**WORK REQUEST:**
Copy exactly the stretch of data below from the line with "e3 v3 v3 CIRCLE(AX(P(0,0,0),D(0,1,0),D(0,0,1)),4.25)" through the line with "v5 (-2.25,-2,0)", including both of those lines.

Source records:
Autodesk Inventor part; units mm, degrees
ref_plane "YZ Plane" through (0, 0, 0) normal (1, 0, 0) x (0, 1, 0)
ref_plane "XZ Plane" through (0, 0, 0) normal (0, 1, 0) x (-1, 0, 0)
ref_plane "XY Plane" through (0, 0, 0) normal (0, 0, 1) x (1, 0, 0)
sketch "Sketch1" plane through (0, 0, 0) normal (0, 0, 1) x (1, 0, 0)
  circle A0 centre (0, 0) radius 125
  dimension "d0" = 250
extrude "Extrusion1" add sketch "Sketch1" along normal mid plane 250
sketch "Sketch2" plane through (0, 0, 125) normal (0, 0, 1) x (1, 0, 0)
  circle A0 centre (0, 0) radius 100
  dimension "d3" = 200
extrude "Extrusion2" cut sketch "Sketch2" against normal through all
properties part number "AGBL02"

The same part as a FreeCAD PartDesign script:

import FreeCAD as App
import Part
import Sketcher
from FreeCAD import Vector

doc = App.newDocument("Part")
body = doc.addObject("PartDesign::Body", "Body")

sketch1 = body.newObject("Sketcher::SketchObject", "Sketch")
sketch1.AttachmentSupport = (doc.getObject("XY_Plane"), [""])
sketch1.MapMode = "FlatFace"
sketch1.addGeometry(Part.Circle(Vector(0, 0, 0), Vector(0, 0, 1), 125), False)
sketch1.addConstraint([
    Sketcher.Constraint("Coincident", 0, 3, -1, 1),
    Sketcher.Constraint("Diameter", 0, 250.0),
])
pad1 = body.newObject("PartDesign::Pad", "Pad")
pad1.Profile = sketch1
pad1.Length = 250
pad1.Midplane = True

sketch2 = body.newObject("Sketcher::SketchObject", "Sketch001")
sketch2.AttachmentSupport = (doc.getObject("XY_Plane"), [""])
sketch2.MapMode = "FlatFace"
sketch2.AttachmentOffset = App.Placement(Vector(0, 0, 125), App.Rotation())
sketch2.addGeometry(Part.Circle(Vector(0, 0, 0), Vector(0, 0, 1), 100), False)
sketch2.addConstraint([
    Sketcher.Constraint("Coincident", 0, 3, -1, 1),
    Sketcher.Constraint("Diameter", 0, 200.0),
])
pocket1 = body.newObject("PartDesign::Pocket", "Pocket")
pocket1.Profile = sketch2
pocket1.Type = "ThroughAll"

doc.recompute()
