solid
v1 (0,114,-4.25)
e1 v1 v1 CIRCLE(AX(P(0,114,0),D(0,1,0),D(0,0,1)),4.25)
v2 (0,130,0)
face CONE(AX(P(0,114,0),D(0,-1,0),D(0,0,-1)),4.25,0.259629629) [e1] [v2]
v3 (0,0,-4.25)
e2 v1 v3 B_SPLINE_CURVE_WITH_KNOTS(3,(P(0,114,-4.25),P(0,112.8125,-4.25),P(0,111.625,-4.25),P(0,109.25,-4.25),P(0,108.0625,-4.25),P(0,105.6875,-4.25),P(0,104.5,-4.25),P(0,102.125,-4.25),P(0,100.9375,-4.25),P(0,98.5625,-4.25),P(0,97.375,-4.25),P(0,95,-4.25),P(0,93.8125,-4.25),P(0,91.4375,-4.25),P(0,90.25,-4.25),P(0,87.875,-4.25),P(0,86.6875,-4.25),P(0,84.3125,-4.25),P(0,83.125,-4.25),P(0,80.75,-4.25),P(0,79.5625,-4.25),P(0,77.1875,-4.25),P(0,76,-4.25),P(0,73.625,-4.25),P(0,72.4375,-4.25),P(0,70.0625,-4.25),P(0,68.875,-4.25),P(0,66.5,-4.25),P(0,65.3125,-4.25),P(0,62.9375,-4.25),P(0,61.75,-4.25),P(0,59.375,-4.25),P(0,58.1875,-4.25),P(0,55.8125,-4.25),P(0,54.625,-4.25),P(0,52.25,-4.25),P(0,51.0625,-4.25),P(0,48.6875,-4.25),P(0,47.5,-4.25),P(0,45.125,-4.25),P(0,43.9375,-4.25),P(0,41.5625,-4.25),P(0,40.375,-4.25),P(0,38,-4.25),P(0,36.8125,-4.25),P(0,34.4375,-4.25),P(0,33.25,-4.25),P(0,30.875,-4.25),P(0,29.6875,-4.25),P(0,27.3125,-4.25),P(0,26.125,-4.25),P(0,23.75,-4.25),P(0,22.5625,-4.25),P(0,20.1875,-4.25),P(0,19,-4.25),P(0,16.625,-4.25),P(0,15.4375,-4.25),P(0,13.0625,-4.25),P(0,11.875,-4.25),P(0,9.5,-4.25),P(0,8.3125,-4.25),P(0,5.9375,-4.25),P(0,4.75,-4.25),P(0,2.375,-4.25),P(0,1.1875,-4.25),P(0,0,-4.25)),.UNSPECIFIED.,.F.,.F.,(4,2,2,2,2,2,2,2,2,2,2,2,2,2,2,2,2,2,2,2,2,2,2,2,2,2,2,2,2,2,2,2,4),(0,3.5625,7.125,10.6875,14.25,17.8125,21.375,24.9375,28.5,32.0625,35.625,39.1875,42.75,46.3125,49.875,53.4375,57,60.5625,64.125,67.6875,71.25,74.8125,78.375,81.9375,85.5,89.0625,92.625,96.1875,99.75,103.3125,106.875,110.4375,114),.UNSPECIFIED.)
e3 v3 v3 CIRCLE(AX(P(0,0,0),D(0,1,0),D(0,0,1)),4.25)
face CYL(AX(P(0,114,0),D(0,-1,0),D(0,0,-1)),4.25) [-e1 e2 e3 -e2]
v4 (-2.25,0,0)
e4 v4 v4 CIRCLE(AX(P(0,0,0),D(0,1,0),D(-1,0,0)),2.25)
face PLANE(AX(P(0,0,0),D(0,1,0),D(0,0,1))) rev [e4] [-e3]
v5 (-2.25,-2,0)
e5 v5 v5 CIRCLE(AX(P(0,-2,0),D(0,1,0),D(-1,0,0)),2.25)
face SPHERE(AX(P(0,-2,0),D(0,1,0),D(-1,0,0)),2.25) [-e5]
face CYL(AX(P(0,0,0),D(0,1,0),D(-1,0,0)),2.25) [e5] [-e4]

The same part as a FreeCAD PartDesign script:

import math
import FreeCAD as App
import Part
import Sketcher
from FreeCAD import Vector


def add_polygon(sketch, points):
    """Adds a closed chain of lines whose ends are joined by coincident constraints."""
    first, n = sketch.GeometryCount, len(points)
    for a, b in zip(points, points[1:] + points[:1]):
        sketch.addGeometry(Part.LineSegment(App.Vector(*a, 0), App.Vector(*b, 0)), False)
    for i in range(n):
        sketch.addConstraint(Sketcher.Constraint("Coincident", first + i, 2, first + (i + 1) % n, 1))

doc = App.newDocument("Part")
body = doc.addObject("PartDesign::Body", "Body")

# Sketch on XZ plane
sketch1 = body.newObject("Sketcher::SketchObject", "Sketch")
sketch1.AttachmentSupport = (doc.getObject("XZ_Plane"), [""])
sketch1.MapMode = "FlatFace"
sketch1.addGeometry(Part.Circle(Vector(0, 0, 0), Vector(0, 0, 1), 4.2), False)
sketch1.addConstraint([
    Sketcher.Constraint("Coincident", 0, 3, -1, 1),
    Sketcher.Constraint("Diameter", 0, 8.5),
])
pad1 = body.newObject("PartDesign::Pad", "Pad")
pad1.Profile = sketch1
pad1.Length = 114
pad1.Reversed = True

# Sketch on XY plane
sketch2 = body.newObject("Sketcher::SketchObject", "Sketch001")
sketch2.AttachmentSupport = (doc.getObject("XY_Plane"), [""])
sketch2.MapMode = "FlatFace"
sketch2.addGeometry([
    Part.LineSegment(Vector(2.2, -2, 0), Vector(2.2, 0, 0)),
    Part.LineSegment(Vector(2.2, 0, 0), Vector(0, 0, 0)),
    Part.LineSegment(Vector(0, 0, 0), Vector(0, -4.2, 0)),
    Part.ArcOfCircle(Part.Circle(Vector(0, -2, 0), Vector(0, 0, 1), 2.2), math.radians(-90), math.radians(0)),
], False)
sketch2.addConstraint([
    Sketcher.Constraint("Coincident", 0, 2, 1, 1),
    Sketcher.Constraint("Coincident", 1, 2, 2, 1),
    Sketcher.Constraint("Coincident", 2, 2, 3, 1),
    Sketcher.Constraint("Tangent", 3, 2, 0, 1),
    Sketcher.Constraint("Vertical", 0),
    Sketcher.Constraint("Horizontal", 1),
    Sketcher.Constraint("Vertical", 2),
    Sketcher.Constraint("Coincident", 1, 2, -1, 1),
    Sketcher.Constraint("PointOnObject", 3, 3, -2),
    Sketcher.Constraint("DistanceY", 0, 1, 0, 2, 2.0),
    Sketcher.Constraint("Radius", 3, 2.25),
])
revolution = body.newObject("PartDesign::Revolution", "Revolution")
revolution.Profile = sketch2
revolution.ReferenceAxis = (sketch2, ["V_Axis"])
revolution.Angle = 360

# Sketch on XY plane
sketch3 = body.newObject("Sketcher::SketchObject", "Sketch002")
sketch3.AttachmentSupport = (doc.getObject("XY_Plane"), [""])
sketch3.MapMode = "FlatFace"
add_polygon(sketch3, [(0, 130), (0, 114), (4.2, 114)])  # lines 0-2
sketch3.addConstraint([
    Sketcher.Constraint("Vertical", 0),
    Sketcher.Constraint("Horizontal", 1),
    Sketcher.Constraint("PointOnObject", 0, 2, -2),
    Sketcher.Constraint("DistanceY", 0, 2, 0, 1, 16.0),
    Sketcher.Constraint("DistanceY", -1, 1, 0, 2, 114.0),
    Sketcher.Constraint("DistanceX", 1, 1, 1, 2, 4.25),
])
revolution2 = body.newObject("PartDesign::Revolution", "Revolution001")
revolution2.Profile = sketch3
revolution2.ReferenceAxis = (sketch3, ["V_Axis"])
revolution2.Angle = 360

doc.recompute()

**SOLUTION TO THIS PROBLEM:**
e3 v3 v3 CIRCLE(AX(P(0,0,0),D(0,1,0),D(0,0,1)),4.25)
face CYL(AX(P(0,114,0),D(0,-1,0),D(0,0,-1)),4.25) [-e1 e2 e3 -e2]
v4 (-2.25,0,0)
e4 v4 v4 CIRCLE(AX(P(0,0,0),D(0,1,0),D(-1,0,0)),2.25)
face PLANE(AX(P(0,0,0),D(0,1,0),D(0,0,1))) rev [e4] [-e3]
v5 (-2.25,-2,0)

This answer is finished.